* _Collected data entries_:
━━━━━━
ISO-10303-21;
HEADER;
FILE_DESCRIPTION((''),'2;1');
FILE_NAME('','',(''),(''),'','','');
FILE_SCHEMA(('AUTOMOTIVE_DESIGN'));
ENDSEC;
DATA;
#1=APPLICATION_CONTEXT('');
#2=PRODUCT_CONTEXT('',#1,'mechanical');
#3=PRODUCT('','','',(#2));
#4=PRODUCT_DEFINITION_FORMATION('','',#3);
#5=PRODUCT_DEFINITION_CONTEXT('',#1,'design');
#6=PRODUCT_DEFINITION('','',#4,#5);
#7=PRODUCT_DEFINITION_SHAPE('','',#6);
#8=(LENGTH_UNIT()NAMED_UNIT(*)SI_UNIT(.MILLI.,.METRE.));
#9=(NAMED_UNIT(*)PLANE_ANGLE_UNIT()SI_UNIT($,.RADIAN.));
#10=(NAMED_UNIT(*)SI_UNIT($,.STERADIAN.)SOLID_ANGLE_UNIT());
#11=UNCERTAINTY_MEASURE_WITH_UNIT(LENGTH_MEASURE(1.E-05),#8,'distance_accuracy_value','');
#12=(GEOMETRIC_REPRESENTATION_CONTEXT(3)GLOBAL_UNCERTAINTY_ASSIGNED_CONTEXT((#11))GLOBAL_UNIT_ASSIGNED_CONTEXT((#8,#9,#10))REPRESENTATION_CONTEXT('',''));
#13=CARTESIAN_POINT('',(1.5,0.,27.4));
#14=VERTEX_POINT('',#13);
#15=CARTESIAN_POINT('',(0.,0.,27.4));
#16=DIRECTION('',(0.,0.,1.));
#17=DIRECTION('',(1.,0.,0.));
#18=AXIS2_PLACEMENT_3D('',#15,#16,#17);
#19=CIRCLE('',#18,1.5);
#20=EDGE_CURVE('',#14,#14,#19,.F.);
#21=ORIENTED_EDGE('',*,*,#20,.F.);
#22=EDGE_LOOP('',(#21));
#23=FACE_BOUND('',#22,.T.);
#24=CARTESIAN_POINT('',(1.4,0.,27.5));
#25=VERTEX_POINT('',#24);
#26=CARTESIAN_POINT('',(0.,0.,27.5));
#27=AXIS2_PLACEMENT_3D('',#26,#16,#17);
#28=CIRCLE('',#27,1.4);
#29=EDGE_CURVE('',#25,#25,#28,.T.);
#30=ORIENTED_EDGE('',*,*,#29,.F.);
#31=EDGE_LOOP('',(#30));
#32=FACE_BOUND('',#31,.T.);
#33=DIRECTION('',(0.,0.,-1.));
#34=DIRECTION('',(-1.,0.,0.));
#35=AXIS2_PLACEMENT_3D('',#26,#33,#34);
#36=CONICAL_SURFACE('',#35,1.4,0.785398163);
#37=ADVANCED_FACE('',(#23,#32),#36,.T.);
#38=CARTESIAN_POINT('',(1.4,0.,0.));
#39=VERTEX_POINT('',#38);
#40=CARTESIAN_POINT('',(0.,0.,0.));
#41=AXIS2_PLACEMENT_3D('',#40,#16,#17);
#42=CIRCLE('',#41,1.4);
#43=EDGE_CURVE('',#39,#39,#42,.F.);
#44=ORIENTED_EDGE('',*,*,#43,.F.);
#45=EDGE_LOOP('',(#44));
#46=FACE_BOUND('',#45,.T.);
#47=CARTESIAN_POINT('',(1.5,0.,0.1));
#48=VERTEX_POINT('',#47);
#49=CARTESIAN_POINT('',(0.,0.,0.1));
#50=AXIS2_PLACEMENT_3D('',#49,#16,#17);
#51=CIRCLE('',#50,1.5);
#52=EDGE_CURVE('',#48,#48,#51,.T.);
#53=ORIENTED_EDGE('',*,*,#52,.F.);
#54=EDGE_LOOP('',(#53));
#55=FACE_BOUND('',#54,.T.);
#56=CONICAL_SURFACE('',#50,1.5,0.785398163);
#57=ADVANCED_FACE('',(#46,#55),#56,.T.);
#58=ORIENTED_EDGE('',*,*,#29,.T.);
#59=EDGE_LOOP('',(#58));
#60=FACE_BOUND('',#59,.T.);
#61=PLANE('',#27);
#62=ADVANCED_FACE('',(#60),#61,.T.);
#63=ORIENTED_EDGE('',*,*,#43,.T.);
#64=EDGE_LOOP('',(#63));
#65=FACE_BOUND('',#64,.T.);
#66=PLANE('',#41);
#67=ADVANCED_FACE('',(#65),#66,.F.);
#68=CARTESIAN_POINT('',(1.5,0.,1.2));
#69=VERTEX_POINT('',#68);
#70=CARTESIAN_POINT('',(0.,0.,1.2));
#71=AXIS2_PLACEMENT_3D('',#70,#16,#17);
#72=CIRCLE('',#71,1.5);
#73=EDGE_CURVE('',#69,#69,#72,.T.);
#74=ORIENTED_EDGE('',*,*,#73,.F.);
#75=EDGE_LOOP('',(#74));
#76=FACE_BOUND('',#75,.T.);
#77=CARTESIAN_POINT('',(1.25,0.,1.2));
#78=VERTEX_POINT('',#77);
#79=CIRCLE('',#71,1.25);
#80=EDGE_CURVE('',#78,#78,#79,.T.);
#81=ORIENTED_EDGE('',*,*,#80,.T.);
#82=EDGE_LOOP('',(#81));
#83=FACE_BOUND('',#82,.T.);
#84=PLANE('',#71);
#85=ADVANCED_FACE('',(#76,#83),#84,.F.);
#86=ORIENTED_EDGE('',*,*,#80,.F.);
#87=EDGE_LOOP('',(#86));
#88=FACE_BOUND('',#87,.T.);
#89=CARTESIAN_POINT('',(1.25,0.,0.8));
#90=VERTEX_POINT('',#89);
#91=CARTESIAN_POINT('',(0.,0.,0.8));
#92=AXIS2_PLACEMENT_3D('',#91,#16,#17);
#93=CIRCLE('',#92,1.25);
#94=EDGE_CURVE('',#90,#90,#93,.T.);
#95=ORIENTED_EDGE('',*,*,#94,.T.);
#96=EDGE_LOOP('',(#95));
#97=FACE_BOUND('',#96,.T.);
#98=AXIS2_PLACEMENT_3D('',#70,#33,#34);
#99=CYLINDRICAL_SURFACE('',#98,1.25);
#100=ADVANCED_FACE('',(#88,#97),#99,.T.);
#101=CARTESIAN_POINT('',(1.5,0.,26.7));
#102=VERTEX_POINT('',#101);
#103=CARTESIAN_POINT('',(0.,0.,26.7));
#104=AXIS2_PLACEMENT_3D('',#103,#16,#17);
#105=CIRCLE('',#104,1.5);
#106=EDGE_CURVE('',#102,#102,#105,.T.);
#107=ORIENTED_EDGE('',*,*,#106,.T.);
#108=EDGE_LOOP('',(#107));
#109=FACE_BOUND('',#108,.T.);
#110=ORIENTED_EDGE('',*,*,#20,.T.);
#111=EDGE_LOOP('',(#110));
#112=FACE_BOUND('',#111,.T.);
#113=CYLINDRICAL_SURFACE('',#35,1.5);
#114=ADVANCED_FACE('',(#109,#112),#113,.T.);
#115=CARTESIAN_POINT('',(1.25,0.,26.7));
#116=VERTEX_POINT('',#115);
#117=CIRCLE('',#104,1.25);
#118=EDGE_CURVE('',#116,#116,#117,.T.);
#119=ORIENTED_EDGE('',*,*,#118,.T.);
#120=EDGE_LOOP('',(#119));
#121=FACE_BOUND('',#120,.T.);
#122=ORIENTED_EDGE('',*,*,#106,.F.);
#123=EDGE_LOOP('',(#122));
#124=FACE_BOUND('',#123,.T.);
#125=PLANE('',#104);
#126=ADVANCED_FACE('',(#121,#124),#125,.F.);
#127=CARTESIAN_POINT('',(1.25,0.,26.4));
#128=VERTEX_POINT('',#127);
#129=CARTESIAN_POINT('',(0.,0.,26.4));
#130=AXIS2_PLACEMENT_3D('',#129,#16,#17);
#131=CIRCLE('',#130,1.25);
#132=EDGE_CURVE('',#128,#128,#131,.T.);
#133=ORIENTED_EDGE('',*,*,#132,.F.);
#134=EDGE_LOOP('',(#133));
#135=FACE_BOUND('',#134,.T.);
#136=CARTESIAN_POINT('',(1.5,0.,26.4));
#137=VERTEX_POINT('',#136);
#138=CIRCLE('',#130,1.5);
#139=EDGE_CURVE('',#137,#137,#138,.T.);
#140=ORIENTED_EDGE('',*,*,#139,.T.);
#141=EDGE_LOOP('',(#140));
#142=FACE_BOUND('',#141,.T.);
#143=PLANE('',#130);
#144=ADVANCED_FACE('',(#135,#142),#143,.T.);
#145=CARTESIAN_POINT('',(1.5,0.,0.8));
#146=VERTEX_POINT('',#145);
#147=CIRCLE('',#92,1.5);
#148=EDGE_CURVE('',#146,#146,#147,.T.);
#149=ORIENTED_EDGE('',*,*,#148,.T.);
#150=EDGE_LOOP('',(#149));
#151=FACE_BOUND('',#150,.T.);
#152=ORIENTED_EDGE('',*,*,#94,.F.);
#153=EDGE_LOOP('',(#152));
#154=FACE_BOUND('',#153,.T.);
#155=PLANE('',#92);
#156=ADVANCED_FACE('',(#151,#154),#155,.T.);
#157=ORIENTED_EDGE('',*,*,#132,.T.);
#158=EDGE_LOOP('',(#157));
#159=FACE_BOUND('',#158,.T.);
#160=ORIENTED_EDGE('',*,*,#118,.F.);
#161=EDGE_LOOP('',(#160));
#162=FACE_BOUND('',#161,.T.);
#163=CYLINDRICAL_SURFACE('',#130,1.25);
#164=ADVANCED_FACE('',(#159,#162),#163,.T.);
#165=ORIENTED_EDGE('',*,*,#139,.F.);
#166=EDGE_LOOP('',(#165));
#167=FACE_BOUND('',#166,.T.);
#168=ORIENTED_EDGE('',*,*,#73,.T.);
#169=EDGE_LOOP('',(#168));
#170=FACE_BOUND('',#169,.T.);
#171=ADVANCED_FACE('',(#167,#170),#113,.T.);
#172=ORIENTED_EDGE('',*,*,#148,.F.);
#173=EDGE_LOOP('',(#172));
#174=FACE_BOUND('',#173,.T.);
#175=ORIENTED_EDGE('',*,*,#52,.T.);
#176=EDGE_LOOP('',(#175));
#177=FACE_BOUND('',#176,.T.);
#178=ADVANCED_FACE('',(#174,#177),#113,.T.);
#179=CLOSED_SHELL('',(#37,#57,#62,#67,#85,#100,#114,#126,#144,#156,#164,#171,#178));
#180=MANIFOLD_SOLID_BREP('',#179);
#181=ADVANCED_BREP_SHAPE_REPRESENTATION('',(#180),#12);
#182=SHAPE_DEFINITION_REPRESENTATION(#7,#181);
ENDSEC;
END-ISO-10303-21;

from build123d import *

# Parameters (mm, degrees)
SKETCH_1_R          = 1.5
EXTRUDE_1_DEPTH     = 27.5
SKETCH_2_R          = 1.5
SKETCH_2_R_2        = 1.25
CUT_EXTRUDE_1_DEPTH = 0.4
SKETCH_3_R          = 1.5
SKETCH_3_R_2        = 1.25
CUT_EXTRUDE_2_DEPTH = 0.3
CHAMFER_1_SIZE      = 0.1


with BuildPart() as part:
    # 草图1 → 凸台-拉伸1 (new body)
    with BuildSketch(Plane.XY):
        Circle(SKETCH_1_R)
    extrude(amount=EXTRUDE_1_DEPTH)

    # 草图2 → 切除-拉伸1 (cut)
    with BuildSketch(Plane.XY.offset(0.8)):
        Circle(SKETCH_2_R)
        Circle(SKETCH_2_R_2, mode=Mode.SUBTRACT)
    extrude(amount=CUT_EXTRUDE_1_DEPTH, mode=Mode.SUBTRACT)

    # 草图3 → 切除-拉伸2 (cut)
    with BuildSketch(Plane.XY.offset(26.7)):
        Circle(SKETCH_3_R)
        Circle(SKETCH_3_R_2, mode=Mode.SUBTRACT)
    extrude(amount=-CUT_EXTRUDE_2_DEPTH, mode=Mode.SUBTRACT)

    # 倒角1
    chamfer_1_edges = [part.edges().sort_by_distance(p)[0] for p in [
        (-1.5, 0, 0),
        (-1.5, 0, 27.5),
    ]]
    chamfer(chamfer_1_edges, length=CHAMFER_1_SIZE)


solid = part.part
━━━━━━
* _Requirement_:
Above are some lines. Repeat exactly, and only, those from the line that has "#154=FACE_BOUND('',#153,.T.);" through the line that has "#180=MANIFOLD_SOLID_BREP('',#179);".

* _Finished task_:
#154=FACE_BOUND('',#153,.T.);
#155=PLANE('',#92);
#156=ADVANCED_FACE('',(#151,#154),#155,.T.);
#157=ORIENTED_EDGE('',*,*,#132,.T.);
#158=EDGE_LOOP('',(#157));
#159=FACE_BOUND('',#158,.T.);
#160=ORIENTED_EDGE('',*,*,#118,.F.);
#161=EDGE_LOOP('',(#160));
#162=FACE_BOUND('',#161,.T.);
#163=CYLINDRICAL_SURFACE('',#130,1.25);
#164=ADVANCED_FACE('',(#159,#162),#163,.T.);
#165=ORIENTED_EDGE('',*,*,#139,.F.);
#166=EDGE_LOOP('',(#165));
#167=FACE_BOUND('',#166,.T.);
#168=ORIENTED_EDGE('',*,*,#73,.T.);
#169=EDGE_LOOP('',(#168));
#170=FACE_BOUND('',#169,.T.);
#171=ADVANCED_FACE('',(#167,#170),#113,.T.);
#172=ORIENTED_EDGE('',*,*,#148,.F.);
#173=EDGE_LOOP('',(#172));
#174=FACE_BOUND('',#173,.T.);
#175=ORIENTED_EDGE('',*,*,#52,.T.);
#176=EDGE_LOOP('',(#175));
#177=FACE_BOUND('',#176,.T.);
#178=ADVANCED_FACE('',(#174,#177),#113,.T.);
#179=CLOSED_SHELL('',(#37,#57,#62,#67,#85,#100,#114,#126,#144,#156,#164,#171,#178));
#180=MANIFOLD_SOLID_BREP('',#179);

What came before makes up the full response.